Saber relativo

Josué nasceu na zona rural do interior de Pernambuco. Seus pais eram humildes lavradores, rejeitados pela fartura e obsequiados pela miséria. Juntamente com os filhos, enfrentaram a seca e o sol escaldante do sertão na luta pela sobrevivência.

Os filhos do casal, uma menina de quatro anos, e Josué, próximo dos quinze, dividiam com os pais uma choupana coberta com telhas de zinco onduladas. O telhado metálico aumentava o calor de trinta e dois graus Celsius, média da temperatura local.

A modesta casa consistia de sala, quarto e cozinha. As paredes eram construídas de varas trançadas e rebocadas com barro vermelho-escuro. As frestas causadas pela deterioração do material argiloso abrigavam insetos hemípteros hematófagos, o “barbeiro”, protozoário causador da doença de Chagas.

Os pais – e as crianças menos ainda – não se davam conta do perigo e até se divertiam com a picada dos “bichinhos” que lhes sugavam o sangue dos cotovelos, propositadamente colocados nas fendas infestadas pelos nocivos vetores.

No quarto, um pequeno oratório guardava a imagem do “Padim Ciço”, a quem o casal se apegava nas horas mais difíceis da vida. Na sua ingenuidade, criam nos poderes do “santo”, que muito raramente recebia uma vela acesa em agradecimento por alguma graça alcançada.

Josué completara quinze anos. A madrinha, Dona Alice, o visitara para parabenizá-lo pelo significativo acontecimento. Como presente de aniversário, oferecera a casa na cidade onde ele poderia estudar e no futuro desfrutar de vida confortável.

Sem esperar a renovação do convite, o garoto transferiu-se para a casa dos padrinhos e iniciou os estudos. Com o tempo, já escrevia com desenvoltura e lia de “carreirinha” os versos impressos em folhetos da literatura de cordel, grande paixão de seu Joaquim.

Josué diplomou-se em contabilidade.

Não equipou o escritório com computadores, pois não acreditava na eficiência dessas máquinas.
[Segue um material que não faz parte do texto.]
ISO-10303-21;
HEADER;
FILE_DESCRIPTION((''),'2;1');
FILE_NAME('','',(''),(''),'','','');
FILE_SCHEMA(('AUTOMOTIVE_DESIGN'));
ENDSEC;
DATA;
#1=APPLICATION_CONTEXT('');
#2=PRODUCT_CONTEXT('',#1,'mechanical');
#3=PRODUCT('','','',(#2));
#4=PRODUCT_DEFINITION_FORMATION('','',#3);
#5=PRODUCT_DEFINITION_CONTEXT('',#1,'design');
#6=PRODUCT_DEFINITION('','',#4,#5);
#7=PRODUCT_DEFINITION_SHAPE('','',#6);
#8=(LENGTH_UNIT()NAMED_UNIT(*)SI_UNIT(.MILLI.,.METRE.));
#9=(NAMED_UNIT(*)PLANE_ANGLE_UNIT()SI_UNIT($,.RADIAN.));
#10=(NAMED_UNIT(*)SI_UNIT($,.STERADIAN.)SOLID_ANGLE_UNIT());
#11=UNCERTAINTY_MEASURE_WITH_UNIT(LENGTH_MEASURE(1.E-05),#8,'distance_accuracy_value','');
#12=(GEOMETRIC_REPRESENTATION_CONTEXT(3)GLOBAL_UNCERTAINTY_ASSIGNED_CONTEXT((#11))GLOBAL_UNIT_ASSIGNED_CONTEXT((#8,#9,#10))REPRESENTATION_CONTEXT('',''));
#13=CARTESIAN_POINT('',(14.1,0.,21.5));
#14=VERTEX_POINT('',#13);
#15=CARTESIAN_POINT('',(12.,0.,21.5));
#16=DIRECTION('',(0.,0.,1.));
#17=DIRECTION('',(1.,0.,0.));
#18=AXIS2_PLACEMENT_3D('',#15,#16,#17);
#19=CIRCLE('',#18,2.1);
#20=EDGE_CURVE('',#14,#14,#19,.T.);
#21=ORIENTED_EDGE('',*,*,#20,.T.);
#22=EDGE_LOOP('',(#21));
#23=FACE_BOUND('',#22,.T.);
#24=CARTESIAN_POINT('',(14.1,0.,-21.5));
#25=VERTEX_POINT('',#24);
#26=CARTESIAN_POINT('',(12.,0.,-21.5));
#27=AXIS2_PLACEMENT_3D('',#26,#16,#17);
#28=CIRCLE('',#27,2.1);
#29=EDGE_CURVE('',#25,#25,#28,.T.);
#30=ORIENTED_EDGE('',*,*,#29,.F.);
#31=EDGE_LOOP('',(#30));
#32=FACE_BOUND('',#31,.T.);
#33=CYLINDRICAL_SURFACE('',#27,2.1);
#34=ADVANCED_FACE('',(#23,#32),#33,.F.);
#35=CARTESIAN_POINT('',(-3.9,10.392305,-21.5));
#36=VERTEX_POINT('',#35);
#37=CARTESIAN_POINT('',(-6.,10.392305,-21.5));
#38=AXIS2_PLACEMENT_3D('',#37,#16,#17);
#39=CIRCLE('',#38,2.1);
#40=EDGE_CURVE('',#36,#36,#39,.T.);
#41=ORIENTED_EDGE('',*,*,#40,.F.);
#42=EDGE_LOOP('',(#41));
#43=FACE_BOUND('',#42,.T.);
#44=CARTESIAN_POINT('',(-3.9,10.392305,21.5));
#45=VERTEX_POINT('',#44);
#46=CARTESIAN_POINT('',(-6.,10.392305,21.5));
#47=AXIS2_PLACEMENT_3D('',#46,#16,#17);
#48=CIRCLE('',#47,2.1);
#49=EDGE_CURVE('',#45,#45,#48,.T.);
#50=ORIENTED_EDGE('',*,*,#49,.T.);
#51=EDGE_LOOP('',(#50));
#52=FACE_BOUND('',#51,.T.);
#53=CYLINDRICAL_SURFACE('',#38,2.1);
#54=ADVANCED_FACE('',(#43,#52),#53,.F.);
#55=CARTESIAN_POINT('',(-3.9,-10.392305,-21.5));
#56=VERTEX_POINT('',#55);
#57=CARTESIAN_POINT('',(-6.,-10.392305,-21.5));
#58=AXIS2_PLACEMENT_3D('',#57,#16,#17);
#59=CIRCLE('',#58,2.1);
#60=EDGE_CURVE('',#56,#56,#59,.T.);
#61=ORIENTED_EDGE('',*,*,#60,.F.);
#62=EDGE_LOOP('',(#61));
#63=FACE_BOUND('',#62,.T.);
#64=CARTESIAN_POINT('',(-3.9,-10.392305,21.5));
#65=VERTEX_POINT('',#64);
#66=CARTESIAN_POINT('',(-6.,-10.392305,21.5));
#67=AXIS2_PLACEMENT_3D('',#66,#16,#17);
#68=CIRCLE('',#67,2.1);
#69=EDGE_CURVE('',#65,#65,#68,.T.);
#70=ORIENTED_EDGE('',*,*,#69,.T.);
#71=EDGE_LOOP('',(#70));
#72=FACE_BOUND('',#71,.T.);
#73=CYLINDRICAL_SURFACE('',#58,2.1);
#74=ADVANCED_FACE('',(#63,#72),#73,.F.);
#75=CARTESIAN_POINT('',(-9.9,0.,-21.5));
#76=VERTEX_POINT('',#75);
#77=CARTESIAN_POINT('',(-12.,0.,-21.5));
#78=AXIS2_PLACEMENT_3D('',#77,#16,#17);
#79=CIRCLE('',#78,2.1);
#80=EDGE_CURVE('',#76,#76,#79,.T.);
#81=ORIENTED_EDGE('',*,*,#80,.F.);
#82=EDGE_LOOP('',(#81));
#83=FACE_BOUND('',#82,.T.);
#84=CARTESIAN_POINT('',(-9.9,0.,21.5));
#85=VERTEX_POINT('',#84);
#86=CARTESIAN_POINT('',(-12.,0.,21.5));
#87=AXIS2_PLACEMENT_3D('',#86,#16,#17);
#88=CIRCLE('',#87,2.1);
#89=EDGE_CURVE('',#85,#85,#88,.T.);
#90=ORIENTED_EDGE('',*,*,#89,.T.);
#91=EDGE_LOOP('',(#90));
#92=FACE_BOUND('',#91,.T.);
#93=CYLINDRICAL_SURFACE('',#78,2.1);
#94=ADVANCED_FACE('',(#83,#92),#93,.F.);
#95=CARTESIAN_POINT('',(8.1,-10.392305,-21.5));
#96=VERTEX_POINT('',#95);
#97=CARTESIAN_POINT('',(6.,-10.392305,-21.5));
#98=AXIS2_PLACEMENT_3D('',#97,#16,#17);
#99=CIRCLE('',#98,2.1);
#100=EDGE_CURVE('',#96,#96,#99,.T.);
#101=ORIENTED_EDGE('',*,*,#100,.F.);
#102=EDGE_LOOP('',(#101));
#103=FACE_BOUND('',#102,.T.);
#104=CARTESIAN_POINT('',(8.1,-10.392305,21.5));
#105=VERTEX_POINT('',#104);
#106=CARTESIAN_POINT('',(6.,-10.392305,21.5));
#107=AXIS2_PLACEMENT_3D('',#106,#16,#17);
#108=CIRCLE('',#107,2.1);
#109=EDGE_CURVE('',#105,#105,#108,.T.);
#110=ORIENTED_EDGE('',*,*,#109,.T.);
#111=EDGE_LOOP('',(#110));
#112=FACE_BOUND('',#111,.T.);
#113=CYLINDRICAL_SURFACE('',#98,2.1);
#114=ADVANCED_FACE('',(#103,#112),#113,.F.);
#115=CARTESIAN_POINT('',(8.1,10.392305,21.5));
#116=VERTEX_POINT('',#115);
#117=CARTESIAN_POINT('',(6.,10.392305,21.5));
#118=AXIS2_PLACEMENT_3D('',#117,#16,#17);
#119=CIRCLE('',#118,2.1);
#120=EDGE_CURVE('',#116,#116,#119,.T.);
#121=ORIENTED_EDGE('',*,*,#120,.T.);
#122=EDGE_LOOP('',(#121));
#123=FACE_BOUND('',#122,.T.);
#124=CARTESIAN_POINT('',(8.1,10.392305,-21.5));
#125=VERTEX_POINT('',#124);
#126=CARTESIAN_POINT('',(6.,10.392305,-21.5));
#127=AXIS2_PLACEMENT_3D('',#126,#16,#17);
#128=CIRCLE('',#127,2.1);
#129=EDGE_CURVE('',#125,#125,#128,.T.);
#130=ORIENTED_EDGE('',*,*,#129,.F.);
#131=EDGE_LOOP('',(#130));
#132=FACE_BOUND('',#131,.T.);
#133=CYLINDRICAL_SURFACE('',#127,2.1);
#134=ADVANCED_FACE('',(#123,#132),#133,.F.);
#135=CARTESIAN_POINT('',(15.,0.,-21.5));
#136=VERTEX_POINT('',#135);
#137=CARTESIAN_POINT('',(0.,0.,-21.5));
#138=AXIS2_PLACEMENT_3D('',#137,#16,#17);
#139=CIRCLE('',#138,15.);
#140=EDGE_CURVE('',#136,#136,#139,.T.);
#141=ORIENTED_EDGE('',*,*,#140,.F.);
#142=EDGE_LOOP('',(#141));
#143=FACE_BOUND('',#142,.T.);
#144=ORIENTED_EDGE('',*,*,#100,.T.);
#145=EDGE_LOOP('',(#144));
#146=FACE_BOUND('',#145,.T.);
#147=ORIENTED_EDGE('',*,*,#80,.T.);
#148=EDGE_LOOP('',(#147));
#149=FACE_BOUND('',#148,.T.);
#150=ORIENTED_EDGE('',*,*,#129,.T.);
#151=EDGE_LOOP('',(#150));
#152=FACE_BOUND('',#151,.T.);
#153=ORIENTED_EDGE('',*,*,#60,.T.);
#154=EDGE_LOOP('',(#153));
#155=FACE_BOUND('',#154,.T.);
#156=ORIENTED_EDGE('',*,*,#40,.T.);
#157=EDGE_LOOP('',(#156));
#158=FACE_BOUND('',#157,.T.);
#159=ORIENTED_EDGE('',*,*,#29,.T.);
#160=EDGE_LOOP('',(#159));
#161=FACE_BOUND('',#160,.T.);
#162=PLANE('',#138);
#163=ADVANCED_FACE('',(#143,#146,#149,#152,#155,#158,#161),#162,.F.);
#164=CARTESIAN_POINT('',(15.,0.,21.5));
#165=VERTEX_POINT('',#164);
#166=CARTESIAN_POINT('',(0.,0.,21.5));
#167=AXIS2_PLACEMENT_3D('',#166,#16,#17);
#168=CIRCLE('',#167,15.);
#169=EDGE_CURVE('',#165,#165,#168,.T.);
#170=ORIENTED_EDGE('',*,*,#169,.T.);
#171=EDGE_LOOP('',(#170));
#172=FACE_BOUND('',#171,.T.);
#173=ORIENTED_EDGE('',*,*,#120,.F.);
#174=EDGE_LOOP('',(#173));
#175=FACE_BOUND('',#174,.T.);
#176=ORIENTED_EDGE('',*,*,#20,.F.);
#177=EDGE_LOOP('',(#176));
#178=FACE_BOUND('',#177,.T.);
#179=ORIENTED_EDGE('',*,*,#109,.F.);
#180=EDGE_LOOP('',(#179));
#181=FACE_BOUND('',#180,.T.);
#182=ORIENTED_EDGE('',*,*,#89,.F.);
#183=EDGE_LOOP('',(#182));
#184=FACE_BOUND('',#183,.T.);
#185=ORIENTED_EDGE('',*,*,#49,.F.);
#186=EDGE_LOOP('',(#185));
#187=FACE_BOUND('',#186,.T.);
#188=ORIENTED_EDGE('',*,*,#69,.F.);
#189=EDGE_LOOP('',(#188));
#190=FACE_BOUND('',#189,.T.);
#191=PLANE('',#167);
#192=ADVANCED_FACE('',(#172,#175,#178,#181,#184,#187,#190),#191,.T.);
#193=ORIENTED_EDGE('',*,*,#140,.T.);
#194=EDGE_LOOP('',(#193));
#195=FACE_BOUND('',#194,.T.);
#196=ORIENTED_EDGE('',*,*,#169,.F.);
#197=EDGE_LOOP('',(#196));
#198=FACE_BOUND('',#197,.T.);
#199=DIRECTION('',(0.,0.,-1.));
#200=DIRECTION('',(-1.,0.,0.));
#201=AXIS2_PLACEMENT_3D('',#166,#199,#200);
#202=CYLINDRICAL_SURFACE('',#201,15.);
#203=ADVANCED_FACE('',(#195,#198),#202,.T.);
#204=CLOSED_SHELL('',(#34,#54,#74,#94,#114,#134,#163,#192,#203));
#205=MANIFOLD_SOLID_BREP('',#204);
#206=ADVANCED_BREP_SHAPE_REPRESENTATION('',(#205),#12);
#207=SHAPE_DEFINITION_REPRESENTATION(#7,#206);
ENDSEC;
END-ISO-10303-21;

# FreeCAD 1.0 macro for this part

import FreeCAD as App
import Part
import Sketcher
from FreeCAD import Vector

doc = App.newDocument("Part")
body = doc.addObject("PartDesign::Body", "Body")

# Sketch on XY plane
sketch1 = body.newObject("Sketcher::SketchObject", "Sketch")
sketch1.AttachmentSupport = (doc.getObject("XY_Plane"), [""])
sketch1.MapMode = "FlatFace"
sketch1.addGeometry(Part.Circle(Vector(0, 0, 0), Vector(0, 0, 1), 15), False)
sketch1.addConstraint([
    Sketcher.Constraint("Coincident", 0, 3, -1, 1),
    Sketcher.Constraint("Diameter", 0, 30.0),
])
pad1 = body.newObject("PartDesign::Pad", "Pad")
pad1.Profile = sketch1
pad1.Length = 43
pad1.Midplane = True

# Sketch on XY plane
sketch2 = body.newObject("Sketcher::SketchObject", "Sketch001")
sketch2.AttachmentSupport = (doc.getObject("XY_Plane"), [""])
sketch2.MapMode = "FlatFace"
sketch2.AttachmentOffset = App.Placement(Vector(0, 0, 21.5), App.Rotation())
sketch2.addGeometry([
    Part.Circle(Vector(-12, 0, 0), Vector(0, 0, 1), 2.1),  # 0
    Part.Circle(Vector(-6, 10.4, 0), Vector(0, 0, 1), 2.1),  # 1
    Part.Circle(Vector(6, 10.4, 0), Vector(0, 0, 1), 2.1),  # 2
    Part.Circle(Vector(12, 0, 0), Vector(0, 0, 1), 2.1),  # 3
    Part.Circle(Vector(6, -10.4, 0), Vector(0, 0, 1), 2.1),  # 4
    Part.Circle(Vector(-6, -10.4, 0), Vector(0, 0, 1), 2.1),  # 5
], False)
sketch2.addConstraint([
    Sketcher.Constraint("Equal", 0, 1),
    Sketcher.Constraint("Equal", 1, 2),
    Sketcher.Constraint("Equal", 2, 3),
    Sketcher.Constraint("Equal", 3, 4),
    Sketcher.Constraint("Equal", 4, 5),
    Sketcher.Constraint("Symmetric", 0, 3, 3, 3, -1, 1),
    Sketcher.Constraint("Symmetric", 1, 3, 4, 3, -1, 1),
    Sketcher.Constraint("Symmetric", 2, 3, 5, 3, -1, 1),
    Sketcher.Constraint("Symmetric", 1, 3, 2, 3, -2),
    Sketcher.Constraint("PointOnObject", 0, 3, -1),
    Sketcher.Constraint("Diameter", 0, 4.2),
    Sketcher.Constraint("DistanceX", 0, 3, -1, 1, 12.0),
    Sketcher.Constraint("DistanceX", 1, 3, -1, 1, 6.0),
    Sketcher.Constraint("DistanceY", 4, 3, 2, 3, 20.78461),
])
pocket1 = body.newObject("PartDesign::Pocket", "Pocket")
pocket1.Profile = sketch2
pocket1.Type = "ThroughAll"

doc.recompute()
Preferia registrar os fatos contábeis manualmente, em grandes livros de capas pretas, um trabalho ingente que ele o preferia ao uso da informática.

Decorridos alguns anos, já cansado do trabalho estressante, Josué resolveu tirar férias, gozadas em belíssimas praias do litoral pernambucano. Utilizou a casa de veraneio cedida por um cliente. Passou ali trinta dias de tranquilidade e repouso, findo os quais retornou à labuta diária, rotineira e exaustiva.

Os empregados aproveitaram o ensejo e prepararam uma surpresa para Josué, patrocinada por antigos clientes. Resolveram fazer uma pequena reforma no prédio do escritório. Trocaram pisos, fecharam janelas, abriram novas portas, clarearam o ambiente, pintaram paredes em cores suaves.

Terminado o trabalho, ofereceram a Josué uma singela recepção, envolta em sigilo para aumentar a surpresa.

O velho contador retornou, finalmente, de seu merecido descanso; o primeiro de sua vida. Ao transpor a porta principal do escritório, foi recebido com estardalhaço:

– Surpresa!

A surpresa, porém, não foi recebida com o entusiasmo esperado.

Josué olhava de um canto para outro da sala, assombrado.

– Gostou? – perguntaram a um só tempo.

Josué continuava atônito.

– Gostou? – os presentes renovaram a pergunta.

– Sinceramente, não!

– Mas, por que não gostou? – perguntou alguém, refletindo a tristeza do ambiente.

– À minha esquerda, havia uma janela – disse, decepcionado pela ausência do que procurava. – Sempre tive dificuldades para entender o conceito de débito e crédito; a janela foi a solução encontrada para efetuar os lançamentos corretamente. O débito ficava do lado da janela. E agora, como farei?